TASK STATEMENT:
Copy the lines below verbatim. Begin with the first and end with the line containing "f 257 166 209".

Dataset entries
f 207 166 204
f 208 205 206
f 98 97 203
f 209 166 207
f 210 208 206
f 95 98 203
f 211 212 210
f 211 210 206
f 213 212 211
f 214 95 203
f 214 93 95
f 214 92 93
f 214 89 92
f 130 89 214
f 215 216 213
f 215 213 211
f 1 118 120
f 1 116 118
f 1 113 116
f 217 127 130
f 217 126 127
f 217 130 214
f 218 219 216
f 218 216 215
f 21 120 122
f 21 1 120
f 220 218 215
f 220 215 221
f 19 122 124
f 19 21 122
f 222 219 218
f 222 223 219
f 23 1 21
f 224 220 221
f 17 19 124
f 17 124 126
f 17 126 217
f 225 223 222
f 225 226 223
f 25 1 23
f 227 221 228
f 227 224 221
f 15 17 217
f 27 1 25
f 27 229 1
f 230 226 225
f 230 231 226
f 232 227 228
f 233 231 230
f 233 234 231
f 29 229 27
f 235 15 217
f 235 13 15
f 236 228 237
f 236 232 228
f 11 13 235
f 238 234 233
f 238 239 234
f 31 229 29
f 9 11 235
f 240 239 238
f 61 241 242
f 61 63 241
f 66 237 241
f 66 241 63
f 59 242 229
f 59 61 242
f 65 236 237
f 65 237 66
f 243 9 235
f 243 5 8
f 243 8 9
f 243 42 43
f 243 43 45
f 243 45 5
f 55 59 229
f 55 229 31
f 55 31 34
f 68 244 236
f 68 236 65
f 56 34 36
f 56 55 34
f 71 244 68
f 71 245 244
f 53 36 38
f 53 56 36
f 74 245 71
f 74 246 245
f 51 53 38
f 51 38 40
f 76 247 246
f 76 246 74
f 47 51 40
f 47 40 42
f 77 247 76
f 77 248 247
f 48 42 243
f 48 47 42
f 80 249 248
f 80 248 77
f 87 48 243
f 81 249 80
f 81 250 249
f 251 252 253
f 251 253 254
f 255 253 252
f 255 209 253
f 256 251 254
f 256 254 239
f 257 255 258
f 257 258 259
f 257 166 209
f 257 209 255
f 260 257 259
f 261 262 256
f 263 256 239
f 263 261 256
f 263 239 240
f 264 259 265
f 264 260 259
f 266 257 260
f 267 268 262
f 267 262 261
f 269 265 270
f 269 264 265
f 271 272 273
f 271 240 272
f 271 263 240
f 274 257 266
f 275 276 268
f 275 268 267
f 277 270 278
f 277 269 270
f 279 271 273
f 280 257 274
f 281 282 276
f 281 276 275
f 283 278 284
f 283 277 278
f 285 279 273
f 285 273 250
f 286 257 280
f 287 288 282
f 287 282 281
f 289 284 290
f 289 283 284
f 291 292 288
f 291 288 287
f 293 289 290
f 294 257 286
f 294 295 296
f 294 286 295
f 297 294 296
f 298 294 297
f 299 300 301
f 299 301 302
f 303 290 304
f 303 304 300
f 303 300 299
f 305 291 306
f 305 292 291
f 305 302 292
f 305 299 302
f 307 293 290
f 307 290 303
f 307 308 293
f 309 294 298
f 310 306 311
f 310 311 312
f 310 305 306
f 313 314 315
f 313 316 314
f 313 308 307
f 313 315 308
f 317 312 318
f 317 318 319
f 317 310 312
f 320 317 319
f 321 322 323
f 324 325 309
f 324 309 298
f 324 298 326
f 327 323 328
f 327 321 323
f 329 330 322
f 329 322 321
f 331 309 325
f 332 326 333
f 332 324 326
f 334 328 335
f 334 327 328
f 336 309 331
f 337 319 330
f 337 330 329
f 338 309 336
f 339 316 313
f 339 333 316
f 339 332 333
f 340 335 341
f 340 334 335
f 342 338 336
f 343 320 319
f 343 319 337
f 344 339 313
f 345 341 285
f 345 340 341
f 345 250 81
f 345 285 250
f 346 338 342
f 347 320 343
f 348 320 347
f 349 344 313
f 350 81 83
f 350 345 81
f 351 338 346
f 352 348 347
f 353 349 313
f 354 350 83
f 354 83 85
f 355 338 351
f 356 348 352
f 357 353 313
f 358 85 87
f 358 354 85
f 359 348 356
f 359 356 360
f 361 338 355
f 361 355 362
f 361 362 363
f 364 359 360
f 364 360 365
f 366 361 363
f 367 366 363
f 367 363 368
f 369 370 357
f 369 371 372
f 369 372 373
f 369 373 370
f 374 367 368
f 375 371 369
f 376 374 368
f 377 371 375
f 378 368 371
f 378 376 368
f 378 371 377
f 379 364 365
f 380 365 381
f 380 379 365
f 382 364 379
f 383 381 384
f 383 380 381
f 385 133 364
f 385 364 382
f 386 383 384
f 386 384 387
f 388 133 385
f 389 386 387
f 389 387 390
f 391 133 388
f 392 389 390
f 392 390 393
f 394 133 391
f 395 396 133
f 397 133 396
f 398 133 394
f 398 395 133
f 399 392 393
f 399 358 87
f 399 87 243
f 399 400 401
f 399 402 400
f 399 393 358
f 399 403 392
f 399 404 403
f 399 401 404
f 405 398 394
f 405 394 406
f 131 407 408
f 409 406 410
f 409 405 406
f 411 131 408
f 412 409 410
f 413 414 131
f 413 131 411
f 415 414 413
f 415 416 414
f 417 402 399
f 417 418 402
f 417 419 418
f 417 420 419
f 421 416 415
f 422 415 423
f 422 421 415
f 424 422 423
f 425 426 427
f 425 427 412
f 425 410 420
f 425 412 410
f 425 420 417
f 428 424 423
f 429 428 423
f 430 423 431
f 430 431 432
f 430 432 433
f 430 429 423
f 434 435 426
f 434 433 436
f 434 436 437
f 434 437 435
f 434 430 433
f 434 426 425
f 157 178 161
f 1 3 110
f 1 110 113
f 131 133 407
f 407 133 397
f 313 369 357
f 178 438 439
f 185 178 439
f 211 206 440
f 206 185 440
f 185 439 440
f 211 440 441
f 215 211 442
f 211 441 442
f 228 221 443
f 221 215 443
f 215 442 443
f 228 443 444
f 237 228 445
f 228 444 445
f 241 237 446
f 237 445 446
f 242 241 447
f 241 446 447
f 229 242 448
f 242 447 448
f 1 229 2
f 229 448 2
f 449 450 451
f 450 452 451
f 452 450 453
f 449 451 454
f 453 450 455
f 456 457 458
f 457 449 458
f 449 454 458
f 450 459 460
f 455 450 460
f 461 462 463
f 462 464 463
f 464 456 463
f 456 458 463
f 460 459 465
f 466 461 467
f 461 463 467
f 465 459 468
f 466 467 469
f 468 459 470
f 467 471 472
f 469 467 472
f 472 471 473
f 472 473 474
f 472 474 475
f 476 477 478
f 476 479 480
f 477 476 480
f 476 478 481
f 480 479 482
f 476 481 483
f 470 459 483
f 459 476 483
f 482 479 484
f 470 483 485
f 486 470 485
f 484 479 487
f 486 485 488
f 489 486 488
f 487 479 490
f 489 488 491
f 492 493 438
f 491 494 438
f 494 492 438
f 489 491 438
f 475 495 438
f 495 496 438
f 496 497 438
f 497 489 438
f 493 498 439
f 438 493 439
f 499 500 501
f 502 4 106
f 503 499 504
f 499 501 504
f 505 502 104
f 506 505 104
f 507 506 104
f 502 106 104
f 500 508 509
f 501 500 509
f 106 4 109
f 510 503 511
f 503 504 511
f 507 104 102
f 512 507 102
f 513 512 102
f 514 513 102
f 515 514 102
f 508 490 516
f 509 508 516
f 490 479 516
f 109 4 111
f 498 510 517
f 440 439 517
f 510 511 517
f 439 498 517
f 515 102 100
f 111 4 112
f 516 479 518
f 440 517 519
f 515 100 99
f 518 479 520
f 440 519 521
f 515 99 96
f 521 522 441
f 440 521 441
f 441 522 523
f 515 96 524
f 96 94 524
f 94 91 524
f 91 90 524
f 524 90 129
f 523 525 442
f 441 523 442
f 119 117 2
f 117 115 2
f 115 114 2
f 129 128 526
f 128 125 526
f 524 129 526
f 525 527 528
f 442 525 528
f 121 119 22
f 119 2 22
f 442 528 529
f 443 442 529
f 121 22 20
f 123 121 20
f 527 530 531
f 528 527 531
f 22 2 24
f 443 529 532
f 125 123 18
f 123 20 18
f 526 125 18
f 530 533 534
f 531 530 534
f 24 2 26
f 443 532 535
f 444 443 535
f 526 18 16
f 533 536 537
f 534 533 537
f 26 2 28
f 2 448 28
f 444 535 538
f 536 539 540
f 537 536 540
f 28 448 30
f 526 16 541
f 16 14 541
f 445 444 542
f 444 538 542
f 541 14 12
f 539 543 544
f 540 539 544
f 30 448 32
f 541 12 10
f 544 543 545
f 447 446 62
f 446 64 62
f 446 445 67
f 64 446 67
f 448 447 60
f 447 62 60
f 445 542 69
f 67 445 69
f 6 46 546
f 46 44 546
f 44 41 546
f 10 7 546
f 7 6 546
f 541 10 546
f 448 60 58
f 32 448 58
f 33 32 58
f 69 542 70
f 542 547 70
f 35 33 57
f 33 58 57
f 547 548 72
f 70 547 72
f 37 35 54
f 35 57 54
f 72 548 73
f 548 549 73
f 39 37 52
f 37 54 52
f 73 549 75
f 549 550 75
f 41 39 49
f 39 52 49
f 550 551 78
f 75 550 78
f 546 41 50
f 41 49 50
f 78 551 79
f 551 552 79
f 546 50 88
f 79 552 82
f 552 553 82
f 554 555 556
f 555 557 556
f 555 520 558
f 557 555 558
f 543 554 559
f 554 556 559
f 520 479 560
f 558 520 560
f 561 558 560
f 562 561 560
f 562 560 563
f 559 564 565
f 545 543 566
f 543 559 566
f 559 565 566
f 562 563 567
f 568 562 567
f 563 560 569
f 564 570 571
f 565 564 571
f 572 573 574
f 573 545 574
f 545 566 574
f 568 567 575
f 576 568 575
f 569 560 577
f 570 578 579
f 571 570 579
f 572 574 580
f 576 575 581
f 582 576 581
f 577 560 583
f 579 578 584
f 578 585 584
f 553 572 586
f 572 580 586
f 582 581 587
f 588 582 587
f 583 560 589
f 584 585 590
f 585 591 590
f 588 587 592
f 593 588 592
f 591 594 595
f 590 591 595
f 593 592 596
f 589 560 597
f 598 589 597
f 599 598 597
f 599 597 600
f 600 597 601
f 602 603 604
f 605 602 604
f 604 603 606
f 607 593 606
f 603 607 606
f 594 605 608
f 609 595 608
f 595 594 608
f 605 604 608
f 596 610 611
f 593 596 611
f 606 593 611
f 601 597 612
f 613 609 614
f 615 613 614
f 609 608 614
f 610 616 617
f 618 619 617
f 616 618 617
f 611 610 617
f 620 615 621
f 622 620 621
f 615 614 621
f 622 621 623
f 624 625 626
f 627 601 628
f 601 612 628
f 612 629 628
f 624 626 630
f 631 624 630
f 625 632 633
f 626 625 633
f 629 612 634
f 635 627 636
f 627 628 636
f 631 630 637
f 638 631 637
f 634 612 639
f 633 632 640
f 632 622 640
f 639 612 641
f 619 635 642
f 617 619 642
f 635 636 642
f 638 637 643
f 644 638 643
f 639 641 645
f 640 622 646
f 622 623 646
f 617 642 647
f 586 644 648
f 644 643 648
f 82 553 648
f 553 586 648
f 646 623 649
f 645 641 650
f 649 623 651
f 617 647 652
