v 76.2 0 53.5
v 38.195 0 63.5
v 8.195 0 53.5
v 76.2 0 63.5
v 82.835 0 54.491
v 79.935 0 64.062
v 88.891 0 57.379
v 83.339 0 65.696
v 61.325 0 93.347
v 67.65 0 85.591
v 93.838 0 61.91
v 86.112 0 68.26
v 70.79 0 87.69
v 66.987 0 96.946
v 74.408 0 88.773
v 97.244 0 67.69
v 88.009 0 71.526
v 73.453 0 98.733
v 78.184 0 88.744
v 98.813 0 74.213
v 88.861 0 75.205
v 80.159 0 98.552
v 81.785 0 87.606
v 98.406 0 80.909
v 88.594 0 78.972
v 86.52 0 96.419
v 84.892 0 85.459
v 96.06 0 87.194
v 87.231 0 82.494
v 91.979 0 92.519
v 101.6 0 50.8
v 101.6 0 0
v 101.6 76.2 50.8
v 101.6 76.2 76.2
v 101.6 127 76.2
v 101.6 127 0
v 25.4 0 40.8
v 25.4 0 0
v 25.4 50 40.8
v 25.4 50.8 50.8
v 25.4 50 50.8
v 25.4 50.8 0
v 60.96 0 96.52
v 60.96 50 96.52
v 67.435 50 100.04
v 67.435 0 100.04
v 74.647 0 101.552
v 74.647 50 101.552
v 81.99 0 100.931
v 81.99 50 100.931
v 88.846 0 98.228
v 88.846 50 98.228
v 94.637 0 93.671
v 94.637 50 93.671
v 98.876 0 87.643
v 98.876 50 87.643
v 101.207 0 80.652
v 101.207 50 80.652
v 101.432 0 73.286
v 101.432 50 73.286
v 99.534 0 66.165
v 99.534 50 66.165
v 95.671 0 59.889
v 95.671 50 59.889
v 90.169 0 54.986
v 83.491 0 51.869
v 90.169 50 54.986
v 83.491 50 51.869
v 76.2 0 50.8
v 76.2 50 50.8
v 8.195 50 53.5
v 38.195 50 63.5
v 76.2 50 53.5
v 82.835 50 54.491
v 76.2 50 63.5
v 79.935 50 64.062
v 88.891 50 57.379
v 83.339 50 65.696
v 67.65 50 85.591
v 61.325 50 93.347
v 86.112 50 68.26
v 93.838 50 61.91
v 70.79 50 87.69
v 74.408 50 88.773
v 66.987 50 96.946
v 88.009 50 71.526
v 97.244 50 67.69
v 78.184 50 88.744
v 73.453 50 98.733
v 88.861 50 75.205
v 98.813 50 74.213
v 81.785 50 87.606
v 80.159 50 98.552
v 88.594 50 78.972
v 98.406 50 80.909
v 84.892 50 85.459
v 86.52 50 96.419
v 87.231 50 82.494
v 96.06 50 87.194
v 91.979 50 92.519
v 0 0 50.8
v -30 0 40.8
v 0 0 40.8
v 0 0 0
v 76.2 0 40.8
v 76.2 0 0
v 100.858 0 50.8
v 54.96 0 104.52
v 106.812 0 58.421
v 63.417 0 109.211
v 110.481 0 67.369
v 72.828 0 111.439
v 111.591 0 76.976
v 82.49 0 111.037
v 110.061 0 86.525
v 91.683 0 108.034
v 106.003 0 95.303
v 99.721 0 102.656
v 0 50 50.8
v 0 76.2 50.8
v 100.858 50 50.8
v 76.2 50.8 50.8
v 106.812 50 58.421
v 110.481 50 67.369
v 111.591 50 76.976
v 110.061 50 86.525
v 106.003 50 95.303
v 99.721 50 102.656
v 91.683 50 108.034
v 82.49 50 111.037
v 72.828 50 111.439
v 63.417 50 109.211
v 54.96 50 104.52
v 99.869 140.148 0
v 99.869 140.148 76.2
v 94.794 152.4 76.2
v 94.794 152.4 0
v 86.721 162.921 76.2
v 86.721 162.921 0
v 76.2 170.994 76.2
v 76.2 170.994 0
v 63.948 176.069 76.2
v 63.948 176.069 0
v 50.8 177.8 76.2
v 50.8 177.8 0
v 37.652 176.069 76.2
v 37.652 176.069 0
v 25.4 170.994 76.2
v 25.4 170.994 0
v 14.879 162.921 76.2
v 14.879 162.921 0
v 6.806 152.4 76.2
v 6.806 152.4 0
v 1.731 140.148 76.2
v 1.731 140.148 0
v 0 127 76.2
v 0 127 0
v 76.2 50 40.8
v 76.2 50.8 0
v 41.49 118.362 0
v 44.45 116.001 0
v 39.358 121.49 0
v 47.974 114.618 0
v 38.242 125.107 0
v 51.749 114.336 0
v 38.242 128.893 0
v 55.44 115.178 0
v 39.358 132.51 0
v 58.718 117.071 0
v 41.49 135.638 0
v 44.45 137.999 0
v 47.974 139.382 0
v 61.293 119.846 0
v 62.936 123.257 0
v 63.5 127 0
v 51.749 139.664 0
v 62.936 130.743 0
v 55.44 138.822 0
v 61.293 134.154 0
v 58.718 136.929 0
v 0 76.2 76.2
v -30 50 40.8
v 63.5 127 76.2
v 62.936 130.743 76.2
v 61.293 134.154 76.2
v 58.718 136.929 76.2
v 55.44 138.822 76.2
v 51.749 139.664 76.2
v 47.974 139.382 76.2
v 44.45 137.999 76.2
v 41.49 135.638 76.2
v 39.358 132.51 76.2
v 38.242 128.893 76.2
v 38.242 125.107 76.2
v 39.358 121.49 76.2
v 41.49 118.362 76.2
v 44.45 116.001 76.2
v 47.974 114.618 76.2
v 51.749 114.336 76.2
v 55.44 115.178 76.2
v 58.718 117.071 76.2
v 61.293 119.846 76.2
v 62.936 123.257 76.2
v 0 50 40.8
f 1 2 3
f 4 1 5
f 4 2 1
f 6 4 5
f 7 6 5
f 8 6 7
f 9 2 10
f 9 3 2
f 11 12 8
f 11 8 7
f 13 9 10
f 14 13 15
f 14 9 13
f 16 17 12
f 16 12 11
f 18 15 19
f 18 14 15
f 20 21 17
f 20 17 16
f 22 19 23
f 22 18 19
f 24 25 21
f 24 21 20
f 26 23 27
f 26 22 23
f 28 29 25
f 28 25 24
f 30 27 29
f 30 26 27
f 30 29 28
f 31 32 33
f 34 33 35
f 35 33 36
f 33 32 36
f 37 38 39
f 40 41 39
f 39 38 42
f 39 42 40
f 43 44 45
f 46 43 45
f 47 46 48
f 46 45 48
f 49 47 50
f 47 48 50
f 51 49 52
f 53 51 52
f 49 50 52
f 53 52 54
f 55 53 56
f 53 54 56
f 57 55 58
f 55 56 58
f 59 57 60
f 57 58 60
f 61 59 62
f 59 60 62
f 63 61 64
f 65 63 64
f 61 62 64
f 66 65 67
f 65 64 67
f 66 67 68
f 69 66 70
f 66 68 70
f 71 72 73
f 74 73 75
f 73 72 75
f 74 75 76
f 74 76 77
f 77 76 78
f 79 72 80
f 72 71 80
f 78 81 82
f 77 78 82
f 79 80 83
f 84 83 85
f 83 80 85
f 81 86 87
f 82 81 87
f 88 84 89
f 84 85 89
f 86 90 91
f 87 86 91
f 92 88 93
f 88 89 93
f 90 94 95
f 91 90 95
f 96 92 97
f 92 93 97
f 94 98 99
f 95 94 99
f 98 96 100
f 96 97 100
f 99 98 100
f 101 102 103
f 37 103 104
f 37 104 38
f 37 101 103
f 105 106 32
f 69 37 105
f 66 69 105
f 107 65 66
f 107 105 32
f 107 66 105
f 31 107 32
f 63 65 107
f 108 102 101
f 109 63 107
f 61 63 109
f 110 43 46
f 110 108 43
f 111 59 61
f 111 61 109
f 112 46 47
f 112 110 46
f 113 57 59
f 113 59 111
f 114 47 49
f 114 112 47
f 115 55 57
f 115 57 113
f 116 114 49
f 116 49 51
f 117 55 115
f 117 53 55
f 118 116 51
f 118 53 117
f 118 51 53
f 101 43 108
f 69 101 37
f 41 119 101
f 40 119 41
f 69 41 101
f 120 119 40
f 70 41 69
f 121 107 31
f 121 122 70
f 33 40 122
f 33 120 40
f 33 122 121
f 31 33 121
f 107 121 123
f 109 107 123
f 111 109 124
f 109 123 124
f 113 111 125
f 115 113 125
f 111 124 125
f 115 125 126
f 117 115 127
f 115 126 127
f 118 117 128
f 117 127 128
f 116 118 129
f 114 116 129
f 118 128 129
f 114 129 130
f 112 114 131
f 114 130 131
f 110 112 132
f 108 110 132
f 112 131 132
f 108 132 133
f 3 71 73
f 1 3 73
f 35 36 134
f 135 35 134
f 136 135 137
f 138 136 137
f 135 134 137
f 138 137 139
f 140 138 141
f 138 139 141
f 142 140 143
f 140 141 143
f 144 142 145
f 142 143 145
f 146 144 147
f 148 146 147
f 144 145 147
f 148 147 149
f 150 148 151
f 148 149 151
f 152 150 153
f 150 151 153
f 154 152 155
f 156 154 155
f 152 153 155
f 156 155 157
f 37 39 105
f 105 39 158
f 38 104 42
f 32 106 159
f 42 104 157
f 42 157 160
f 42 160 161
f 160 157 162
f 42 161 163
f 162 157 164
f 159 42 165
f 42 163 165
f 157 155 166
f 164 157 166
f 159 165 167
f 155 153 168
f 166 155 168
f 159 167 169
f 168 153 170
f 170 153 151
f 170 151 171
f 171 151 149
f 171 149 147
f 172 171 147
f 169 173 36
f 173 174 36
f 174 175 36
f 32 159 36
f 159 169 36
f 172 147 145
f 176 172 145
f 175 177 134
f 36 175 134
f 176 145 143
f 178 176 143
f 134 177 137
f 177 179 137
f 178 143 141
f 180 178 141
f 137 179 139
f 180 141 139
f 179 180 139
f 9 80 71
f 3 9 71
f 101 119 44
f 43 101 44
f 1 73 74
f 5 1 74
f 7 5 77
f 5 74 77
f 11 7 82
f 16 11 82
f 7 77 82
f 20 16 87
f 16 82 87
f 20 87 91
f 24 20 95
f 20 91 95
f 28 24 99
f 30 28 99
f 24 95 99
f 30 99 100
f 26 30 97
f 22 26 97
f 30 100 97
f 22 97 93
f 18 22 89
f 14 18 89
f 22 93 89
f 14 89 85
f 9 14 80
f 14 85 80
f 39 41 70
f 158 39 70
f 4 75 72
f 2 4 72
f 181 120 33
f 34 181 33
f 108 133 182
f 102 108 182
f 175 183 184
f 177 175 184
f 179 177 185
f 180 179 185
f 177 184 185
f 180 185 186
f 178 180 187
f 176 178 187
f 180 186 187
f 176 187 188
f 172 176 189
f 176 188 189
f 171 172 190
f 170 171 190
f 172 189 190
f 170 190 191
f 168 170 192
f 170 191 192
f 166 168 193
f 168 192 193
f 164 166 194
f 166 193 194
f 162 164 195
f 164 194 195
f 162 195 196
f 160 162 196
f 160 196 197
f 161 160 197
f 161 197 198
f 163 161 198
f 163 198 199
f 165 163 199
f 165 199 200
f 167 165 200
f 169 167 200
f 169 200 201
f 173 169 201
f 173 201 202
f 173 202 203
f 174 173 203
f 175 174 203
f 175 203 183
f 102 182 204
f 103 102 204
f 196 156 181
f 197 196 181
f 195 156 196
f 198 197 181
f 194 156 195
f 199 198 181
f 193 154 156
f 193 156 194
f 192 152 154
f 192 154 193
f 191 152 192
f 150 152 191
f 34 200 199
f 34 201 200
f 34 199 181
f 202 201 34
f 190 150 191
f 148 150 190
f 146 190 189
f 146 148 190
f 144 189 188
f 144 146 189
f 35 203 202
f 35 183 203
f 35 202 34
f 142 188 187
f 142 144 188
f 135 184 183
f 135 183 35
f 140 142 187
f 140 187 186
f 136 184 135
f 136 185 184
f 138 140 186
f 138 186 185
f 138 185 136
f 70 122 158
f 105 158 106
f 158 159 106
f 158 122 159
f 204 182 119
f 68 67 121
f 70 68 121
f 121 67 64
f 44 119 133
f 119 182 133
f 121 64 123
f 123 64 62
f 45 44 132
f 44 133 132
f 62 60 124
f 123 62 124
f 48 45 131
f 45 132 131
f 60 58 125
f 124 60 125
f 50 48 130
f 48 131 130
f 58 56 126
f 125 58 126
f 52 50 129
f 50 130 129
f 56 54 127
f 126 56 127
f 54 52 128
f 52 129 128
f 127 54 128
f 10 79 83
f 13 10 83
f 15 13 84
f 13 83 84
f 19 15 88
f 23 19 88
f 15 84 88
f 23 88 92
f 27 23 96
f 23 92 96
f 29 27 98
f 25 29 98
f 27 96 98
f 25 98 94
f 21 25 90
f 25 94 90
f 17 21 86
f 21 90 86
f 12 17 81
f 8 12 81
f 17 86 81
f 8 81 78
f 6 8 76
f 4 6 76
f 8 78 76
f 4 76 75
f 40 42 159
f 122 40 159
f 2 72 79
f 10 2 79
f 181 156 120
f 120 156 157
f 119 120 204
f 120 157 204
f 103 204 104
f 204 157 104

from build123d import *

# Parameters (mm, degrees)
BOSS_EXTRUDE2_DEPTH      = 50.8
BOSS_EXTRUDE3_DEPTH      = 25.4
SKETCH4_R                = 12.7
CUT_EXTRUDE2_DEPTH       = 219.499061783
EXTRUDE_THIN14_START     = -50
EXTRUDE_THIN14_OUTLINE_W = 50.8
EXTRUDE_THIN14_OUTLINE_H = 10
EXTRUDE_THIN14_DEPTH     = 50


# Read off the part's stored shape, not the designer's step: Extrude-Thin14
with BuildPart() as part:
    # Sketch1 → Boss-Extrude2 (new body)
    with BuildSketch(Plane.XY):
        with BuildLine():
            Line((0, 127), (0, 0))
            Line((0, 0), (25.4, 0))
            Line((25.4, 0), (25.4, 50.8))
            Line((25.4, 50.8), (76.2, 50.8))
            Line((76.2, 50.8), (76.2, 0))
            Line((76.2, 0), (101.6, 0))
            Line((101.6, 0), (101.6, 127))
            ThreePointArc((101.6, 127), (50.8, 177.8), (0, 127))
        make_face()
    extrude(amount=BOSS_EXTRUDE2_DEPTH)

    # Sketch3 → Boss-Extrude3 (add)
    with BuildSketch(Plane.XY.offset(50.8)):
        with BuildLine():
            Line((0, 127), (0, 76.2))
            Line((0, 76.2), (101.6, 76.2))
            Line((101.6, 76.2), (101.6, 127))
            ThreePointArc((101.6, 127), (50.8, 177.8), (0, 127))
        make_face()
    extrude(amount=BOSS_EXTRUDE3_DEPTH)

    # Sketch4 → Cut-Extrude2 (cut, through all)
    with BuildSketch(Plane.XY.offset(76.2)):
        with Locations((50.8, 127)):
            Circle(SKETCH4_R)
    extrude(amount=-CUT_EXTRUDE2_DEPTH, mode=Mode.SUBTRACT)

    # Extrude-Thin14 outline → Extrude-Thin14 (add)
    # profile 1 of 3: a face of its own
    with BuildSketch(Plane.XZ.offset(EXTRUDE_THIN14_START)):
        with BuildLine():
            Line((8.195486321, 53.5), (76.2, 53.5))
            ThreePointArc((76.2, 53.5), (97.466516312, 84.138846513), (61.324968382, 93.347111546))
            Line((61.324968382, 93.347111546), (8.195486321, 53.5))
        make_face()
        with BuildLine():
            ThreePointArc((67.650406883, 85.591190422), (88.043946098, 80.783769281), (76.2, 63.5))
            Line((76.2, 63.5), (38.195486321, 63.5))
            Line((38.195486321, 63.5), (67.650406883, 85.591190422))
        make_face(mode=Mode.SUBTRACT)
    # profile 2 of 3: a face of its own
    with BuildSketch(Plane.XZ.offset(EXTRUDE_THIN14_START)):
        with BuildLine():
            Line((76.2, 50.8), (100.857656012, 50.8))
            ThreePointArc((100.857656012, 50.8), (103.114302762, 99.195223566), (54.96, 104.52))
            Line((54.96, 104.52), (-30, 40.8))
            Line((-30, 40.8), (0, 40.8))
            Line((0, 40.8), (0, 50.8))
            Line((0, 50.8), (60.96, 96.52))
            ThreePointArc((60.96, 96.52), (100.29655577, 84.232185257), (76.2, 50.8))
        make_face()
    # profile 3 of 3: a face of its own
    with BuildSketch(Plane.XZ.offset(EXTRUDE_THIN14_START)):
        with Locations((50.8, 45.8)):
            Rectangle(EXTRUDE_THIN14_OUTLINE_W, EXTRUDE_THIN14_OUTLINE_H)
    extrude(amount=EXTRUDE_THIN14_DEPTH)


solid = part.part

RESULT FOR THIS EXERCISE:
f 207 166 204
f 208 205 206
f 98 97 203
f 209 166 207
f 210 208 206
f 95 98 203
f 211 212 210
f 211 210 206
f 213 212 211
f 214 95 203
f 214 93 95
f 214 92 93
f 214 89 92
f 130 89 214
f 215 216 213
f 215 213 211
f 1 118 120
f 1 116 118
f 1 113 116
f 217 127 130
f 217 126 127
f 217 130 214
f 218 219 216
f 218 216 215
f 21 120 122
f 21 1 120
f 220 218 215
f 220 215 221
f 19 122 124
f 19 21 122
f 222 219 218
f 222 223 219
f 23 1 21
f 224 220 221
f 17 19 124
f 17 124 126
f 17 126 217
f 225 223 222
f 225 226 223
f 25 1 23
f 227 221 228
f 227 224 221
f 15 17 217
f 27 1 25
f 27 229 1
f 230 226 225
f 230 231 226
f 232 227 228
f 233 231 230
f 233 234 231
f 29 229 27
f 235 15 217
f 235 13 15
f 236 228 237
f 236 232 228
f 11 13 235
f 238 234 233
f 238 239 234
f 31 229 29
f 9 11 235
f 240 239 238
f 61 241 242
f 61 63 241
f 66 237 241
f 66 241 63
f 59 242 229
f 59 61 242
f 65 236 237
f 65 237 66
f 243 9 235
f 243 5 8
f 243 8 9
f 243 42 43
f 243 43 45
f 243 45 5
f 55 59 229
f 55 229 31
f 55 31 34
f 68 244 236
f 68 236 65
f 56 34 36
f 56 55 34
f 71 244 68
f 71 245 244
f 53 36 38
f 53 56 36
f 74 245 71
f 74 246 245
f 51 53 38
f 51 38 40
f 76 247 246
f 76 246 74
f 47 51 40
f 47 40 42
f 77 247 76
f 77 248 247
f 48 42 243
f 48 47 42
f 80 249 248
f 80 248 77
f 87 48 243
f 81 249 80
f 81 250 249
f 251 252 253
f 251 253 254
f 255 253 252
f 255 209 253
f 256 251 254
f 256 254 239
f 257 255 258
f 257 258 259
f 257 166 209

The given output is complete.